杨宝珠翻身,对着外面的谢蕴,夜光下只能看清这位姐姐的轮廓:“仰人鼻息哪里都有,我哥哥,你夫君不都是仰仗天子鼻息吗?”
…这到也没错。
“我叫你一声姐姐,是真心希望你能为自己打算的,你有大义不假,可总要有钱财才能活下去。”杨宝珠脑子有根弦突然连起来了:“不对,你比我小两岁,怎么我还要叫你姐姐?”
她总算反应过来。
谢蕴在堂上错愕,也是因为如此。
“叫了姐姐,一生都是姐姐,没有出尔反尔的道理。

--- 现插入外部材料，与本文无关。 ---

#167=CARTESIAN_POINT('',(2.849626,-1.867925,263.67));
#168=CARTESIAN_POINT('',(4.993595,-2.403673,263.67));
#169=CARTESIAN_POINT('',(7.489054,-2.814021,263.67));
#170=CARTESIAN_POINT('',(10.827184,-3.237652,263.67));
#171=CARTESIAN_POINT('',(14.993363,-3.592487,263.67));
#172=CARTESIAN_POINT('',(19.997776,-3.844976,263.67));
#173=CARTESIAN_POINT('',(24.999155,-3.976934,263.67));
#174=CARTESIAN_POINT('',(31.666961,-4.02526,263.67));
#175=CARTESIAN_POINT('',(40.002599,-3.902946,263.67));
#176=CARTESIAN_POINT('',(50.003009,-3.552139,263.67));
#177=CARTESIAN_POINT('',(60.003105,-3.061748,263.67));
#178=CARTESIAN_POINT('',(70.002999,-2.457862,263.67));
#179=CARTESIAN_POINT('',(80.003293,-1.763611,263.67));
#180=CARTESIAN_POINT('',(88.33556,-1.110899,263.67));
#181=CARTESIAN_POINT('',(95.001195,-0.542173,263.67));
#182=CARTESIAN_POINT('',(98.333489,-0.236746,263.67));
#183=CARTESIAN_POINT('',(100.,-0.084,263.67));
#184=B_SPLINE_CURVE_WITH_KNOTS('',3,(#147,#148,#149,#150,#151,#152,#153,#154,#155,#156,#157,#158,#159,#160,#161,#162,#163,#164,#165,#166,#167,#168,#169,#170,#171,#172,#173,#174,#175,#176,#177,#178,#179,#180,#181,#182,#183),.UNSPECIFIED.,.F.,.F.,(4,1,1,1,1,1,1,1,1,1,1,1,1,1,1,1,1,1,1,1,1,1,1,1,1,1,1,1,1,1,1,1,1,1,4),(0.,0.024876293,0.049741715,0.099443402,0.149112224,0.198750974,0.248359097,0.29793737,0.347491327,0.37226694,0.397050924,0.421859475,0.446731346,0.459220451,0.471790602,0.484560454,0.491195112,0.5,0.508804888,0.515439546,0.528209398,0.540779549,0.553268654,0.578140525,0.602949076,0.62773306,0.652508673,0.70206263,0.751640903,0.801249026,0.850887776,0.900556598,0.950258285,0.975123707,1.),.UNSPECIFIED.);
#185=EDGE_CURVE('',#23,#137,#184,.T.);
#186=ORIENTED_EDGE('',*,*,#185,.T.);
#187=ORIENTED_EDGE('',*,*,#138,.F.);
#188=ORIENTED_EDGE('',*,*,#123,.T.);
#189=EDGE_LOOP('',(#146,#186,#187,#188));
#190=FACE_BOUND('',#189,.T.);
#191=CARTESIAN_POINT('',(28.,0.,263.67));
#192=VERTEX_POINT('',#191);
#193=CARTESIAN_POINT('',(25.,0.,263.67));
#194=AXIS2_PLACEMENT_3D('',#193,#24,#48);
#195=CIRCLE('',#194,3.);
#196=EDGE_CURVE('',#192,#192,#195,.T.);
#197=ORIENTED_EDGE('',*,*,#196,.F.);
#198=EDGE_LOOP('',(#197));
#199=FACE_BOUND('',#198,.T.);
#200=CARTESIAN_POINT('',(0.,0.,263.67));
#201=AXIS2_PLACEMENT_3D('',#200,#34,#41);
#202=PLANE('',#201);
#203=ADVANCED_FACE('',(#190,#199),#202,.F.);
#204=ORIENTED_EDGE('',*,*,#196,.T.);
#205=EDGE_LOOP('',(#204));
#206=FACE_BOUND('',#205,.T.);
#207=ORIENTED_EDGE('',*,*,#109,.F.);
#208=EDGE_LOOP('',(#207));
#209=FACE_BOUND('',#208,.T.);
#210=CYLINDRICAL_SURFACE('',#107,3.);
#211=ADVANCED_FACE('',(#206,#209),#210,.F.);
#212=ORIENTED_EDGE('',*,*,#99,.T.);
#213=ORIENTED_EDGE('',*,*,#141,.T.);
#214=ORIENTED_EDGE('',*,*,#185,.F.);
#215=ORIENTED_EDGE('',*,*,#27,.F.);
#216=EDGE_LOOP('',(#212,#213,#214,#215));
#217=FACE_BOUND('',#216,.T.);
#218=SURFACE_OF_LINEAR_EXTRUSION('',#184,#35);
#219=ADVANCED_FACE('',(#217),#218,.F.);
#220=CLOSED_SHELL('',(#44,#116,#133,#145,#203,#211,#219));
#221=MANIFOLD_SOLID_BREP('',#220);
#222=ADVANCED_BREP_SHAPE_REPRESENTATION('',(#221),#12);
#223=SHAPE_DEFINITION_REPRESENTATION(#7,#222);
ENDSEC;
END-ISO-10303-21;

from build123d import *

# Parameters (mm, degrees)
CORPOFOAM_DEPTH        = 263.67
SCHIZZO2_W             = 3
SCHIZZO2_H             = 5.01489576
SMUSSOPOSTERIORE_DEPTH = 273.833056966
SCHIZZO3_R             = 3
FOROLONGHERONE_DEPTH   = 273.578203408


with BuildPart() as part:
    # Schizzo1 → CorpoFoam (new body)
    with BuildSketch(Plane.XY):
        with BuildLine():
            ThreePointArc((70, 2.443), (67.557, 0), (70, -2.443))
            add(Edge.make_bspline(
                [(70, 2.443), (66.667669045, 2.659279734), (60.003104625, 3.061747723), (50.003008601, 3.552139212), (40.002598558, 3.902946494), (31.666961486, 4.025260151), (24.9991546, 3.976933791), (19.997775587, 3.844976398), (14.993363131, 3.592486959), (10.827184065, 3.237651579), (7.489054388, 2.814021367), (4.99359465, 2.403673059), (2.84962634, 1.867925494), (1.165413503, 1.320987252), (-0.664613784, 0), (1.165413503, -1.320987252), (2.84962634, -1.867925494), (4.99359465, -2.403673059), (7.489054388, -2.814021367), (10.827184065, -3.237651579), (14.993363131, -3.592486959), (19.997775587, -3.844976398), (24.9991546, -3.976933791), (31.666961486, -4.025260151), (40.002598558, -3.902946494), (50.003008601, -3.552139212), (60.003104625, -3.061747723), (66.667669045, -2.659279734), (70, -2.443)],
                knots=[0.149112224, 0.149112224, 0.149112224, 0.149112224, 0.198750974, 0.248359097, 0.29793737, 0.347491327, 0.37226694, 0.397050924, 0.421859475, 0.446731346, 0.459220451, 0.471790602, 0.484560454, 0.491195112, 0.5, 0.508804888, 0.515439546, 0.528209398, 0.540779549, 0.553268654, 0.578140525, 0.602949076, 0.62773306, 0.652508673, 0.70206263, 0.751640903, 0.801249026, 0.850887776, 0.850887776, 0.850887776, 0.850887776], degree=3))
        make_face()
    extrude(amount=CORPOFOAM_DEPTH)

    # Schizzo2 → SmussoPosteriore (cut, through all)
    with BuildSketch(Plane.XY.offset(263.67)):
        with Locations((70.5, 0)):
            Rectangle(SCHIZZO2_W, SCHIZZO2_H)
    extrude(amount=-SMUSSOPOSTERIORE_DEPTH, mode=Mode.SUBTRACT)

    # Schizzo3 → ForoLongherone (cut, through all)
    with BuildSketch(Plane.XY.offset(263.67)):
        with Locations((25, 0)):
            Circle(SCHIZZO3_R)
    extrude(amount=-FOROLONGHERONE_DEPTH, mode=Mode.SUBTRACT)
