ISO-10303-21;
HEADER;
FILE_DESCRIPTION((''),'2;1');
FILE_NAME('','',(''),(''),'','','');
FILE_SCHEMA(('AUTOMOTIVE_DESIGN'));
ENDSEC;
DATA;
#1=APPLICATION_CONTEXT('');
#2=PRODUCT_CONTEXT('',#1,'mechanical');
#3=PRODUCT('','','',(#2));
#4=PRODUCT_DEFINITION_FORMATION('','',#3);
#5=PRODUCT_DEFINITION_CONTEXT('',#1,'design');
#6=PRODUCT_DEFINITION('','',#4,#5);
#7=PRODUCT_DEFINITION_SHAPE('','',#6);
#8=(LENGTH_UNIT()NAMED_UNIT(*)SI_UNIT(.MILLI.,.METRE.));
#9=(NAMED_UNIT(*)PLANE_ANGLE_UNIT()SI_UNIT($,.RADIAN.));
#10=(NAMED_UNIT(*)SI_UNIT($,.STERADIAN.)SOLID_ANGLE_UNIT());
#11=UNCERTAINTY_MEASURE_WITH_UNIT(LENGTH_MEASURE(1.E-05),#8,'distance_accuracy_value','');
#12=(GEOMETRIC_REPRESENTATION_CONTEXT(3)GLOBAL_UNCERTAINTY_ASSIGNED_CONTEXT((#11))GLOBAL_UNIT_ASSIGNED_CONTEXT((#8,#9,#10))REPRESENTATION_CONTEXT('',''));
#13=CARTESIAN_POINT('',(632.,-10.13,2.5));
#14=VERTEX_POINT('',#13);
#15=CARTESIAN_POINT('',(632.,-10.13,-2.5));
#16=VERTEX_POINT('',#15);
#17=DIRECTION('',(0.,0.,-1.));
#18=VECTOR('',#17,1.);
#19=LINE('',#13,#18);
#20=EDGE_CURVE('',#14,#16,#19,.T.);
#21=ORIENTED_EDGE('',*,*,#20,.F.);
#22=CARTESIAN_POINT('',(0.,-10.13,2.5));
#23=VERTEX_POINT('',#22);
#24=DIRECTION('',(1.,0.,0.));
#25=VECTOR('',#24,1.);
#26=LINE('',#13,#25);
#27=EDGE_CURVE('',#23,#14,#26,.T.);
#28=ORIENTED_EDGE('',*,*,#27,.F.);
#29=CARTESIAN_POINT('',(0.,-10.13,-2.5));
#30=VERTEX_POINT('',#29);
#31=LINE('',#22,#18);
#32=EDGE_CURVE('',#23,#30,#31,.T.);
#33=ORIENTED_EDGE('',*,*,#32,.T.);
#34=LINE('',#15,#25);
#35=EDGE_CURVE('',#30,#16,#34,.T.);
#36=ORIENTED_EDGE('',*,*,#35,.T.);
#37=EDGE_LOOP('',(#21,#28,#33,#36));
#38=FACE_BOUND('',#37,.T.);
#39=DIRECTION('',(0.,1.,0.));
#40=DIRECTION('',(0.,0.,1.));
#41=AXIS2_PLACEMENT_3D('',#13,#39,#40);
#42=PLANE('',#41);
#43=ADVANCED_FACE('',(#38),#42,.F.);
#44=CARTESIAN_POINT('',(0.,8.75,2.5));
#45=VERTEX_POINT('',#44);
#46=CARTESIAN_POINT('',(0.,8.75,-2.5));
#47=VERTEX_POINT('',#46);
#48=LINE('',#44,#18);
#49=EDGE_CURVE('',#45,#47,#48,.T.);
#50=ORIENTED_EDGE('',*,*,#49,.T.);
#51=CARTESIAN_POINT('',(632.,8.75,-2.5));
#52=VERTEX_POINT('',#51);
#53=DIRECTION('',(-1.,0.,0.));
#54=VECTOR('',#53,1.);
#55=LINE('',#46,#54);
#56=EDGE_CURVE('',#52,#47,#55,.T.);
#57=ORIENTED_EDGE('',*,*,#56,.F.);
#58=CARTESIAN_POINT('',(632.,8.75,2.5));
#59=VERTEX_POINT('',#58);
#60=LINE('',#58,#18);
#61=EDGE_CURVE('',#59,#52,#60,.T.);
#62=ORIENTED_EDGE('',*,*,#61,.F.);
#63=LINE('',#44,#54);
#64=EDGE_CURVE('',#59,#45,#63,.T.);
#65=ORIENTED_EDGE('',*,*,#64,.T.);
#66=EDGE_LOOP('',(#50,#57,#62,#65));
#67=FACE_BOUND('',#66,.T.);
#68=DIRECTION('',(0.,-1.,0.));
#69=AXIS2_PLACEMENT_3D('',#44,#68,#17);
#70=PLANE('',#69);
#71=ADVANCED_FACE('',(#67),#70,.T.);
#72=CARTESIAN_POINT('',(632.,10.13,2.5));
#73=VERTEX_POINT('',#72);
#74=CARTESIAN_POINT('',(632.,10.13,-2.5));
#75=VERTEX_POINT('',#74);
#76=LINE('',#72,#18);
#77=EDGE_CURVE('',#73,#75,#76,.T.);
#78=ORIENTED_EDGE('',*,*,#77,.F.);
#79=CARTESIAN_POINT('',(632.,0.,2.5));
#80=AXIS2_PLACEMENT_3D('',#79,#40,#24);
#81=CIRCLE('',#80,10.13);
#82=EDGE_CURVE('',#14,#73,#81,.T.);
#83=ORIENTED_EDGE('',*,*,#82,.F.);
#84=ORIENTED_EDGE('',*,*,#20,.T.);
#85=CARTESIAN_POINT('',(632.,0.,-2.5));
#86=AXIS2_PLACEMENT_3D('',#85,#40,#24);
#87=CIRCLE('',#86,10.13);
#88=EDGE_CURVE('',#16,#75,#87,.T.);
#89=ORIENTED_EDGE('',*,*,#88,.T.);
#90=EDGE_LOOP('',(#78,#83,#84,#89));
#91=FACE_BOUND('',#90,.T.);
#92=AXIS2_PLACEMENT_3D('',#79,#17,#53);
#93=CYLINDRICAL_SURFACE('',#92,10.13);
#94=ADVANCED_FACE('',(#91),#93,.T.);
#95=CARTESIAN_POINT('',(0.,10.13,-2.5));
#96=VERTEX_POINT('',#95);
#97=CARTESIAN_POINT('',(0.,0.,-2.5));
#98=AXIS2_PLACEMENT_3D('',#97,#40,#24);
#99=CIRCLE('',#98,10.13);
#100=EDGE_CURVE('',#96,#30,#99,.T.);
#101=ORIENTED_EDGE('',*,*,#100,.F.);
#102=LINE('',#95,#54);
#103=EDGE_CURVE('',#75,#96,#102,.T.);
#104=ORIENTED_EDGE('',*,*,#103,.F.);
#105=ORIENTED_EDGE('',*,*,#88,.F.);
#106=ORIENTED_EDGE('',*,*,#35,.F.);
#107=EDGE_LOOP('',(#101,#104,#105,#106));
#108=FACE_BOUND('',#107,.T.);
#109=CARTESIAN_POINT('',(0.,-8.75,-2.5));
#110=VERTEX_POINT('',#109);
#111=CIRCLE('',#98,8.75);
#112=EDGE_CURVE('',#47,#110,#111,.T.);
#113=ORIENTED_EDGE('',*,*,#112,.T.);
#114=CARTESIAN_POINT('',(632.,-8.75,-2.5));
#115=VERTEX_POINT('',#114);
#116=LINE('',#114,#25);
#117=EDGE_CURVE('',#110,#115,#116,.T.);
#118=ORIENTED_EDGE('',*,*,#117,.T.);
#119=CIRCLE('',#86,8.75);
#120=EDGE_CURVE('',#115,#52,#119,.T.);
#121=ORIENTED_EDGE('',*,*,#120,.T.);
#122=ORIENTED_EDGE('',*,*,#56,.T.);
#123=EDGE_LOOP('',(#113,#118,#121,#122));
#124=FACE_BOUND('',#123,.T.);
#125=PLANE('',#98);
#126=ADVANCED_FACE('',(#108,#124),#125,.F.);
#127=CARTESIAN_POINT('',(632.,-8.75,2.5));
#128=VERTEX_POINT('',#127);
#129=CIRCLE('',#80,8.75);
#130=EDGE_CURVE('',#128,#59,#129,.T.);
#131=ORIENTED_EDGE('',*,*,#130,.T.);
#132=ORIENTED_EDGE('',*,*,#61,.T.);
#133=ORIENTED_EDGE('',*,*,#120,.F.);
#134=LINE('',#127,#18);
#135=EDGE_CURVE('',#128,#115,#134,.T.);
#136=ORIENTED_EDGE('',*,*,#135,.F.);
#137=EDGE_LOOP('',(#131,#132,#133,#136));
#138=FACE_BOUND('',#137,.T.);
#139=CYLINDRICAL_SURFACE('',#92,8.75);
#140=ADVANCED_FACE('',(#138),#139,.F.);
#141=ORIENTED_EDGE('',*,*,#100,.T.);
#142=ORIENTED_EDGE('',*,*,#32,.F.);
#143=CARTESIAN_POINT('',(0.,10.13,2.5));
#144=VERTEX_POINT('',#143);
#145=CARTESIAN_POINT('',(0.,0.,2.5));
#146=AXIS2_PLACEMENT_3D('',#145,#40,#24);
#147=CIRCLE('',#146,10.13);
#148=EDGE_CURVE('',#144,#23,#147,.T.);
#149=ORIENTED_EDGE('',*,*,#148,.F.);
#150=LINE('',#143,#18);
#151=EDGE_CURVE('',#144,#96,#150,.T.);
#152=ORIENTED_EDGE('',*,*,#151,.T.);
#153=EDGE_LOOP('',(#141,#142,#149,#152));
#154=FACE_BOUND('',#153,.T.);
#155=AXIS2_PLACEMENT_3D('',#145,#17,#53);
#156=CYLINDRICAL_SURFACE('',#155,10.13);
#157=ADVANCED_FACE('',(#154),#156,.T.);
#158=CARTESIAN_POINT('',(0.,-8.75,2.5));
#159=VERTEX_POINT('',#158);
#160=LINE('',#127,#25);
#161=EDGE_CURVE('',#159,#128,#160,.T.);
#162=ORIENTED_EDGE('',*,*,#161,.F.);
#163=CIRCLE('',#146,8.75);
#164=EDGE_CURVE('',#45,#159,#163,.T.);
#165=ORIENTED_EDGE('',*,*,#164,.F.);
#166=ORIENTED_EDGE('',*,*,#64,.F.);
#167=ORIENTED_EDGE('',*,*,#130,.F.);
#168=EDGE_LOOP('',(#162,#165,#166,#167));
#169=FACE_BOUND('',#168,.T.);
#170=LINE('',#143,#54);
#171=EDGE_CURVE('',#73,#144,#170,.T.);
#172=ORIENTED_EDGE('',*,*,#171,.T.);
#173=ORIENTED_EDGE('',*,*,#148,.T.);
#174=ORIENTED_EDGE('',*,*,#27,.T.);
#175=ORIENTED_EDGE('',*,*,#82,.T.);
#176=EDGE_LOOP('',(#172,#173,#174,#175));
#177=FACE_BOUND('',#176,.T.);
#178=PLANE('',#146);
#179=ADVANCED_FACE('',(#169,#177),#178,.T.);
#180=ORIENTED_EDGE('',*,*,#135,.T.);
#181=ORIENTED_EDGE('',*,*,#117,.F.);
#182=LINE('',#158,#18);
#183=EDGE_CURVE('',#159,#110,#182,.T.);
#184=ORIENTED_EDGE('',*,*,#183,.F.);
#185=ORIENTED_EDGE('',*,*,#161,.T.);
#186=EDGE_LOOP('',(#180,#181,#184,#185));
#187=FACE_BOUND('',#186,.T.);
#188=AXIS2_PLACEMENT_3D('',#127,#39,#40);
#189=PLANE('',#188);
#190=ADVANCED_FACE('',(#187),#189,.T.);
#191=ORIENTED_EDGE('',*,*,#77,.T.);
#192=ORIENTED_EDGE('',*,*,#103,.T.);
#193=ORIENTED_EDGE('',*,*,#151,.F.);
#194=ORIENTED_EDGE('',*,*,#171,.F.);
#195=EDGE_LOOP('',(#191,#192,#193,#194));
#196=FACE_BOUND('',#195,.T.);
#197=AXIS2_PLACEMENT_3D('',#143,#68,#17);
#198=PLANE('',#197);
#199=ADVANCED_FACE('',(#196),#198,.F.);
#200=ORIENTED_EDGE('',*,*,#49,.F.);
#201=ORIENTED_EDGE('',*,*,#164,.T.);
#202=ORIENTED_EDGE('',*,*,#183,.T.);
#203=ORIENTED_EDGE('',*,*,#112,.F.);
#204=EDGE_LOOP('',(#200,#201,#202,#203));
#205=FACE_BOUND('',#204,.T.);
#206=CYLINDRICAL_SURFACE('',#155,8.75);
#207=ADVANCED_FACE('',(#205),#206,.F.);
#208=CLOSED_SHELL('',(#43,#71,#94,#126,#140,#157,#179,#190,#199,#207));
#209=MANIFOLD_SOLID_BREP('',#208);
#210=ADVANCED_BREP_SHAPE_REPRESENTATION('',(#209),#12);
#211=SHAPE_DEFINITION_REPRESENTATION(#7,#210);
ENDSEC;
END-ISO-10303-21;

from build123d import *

# Parameters (mm, degrees)
EXTRUDE_THIN1_DEPTH = 2.5


with BuildPart() as part:
    # Sketch1 → Extrude-Thin1 (new, symmetric)
    with BuildSketch(Plane.XY):
        with BuildLine():
            Line((632, -10.13), (0, -10.13))
            ThreePointArc((0, -10.13), (-10.13, 0), (0, 10.13))
            Line((0, 10.13), (632, 10.13))
            ThreePointArc((632, 10.13), (642.13, 0), (632, -10.13))
        make_face()
        with BuildLine():
            Line((632, -8.75), (0, -8.75))
            ThreePointArc((0, -8.75), (-8.75, 0), (0, 8.75))
            Line((0, 8.75), (632, 8.75))
            ThreePointArc((632, 8.75), (640.75, 0), (632, -8.75))
        make_face(mode=Mode.SUBTRACT)
    extrude(amount=EXTRUDE_THIN1_DEPTH, both=True)


solid = part.part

”谢蕴也当过别人的姐姐,如今想起倒像是很久远的事情。
她那个弟弟,不成器。
“姐姐就姐姐吧。”杨宝珠心思不在这里,明日的相看之宴更让她心生苦恼:“你与张大人…和谐吗?”
谢蕴相当错愕,扭头对上宝珠的眼睛,不可置信:“你在说什么吗?”
杨宝珠比她更错愕:“婚后生活和谐不重要吗?”
谢蕴哦了一声,暗怪自己想的太龌龊。
前段日子来说应该是和谐的,这几日…连宝珠都看出来了,有些冷情。
“所以说么,”杨宝珠已然猜透:“对于女子而言,有情自然好,没情也要有钱,这样日子才能过的舒服。”
谢蕴叹息,感情向来不能强求。
“他若有情自然好,他若无情我便自请下堂去。”
杨宝珠不知谢蕴这个他并不是特指张止,听起来太过大逆不道,连忙宽慰:“不至于…不至于的…”
“宝珠,你后悔吗?以你父亲和你哥哥的权势,逼迫张止娶你,应该不是难事。”
“听闻张止十八岁成名一战,”提起此人,杨宝珠忽然正色:“敌军抢了一把他最喜欢的刀鞘,他独自泅水,夜行百里,杀入敌帐,夺回刀鞘,之后烧了敌军粮草,大败敌军,这样的人不会为了权势有所妥协。”
谢蕴听着故事,明了,那把刀鞘,此刻正安稳的躺在他的书房。
“姐姐,我很羡慕你,但我不嫉妒。”宝珠躺回去,实话实说:“比起张止,姐姐也是一个让人轻而易举能够爱上的人。”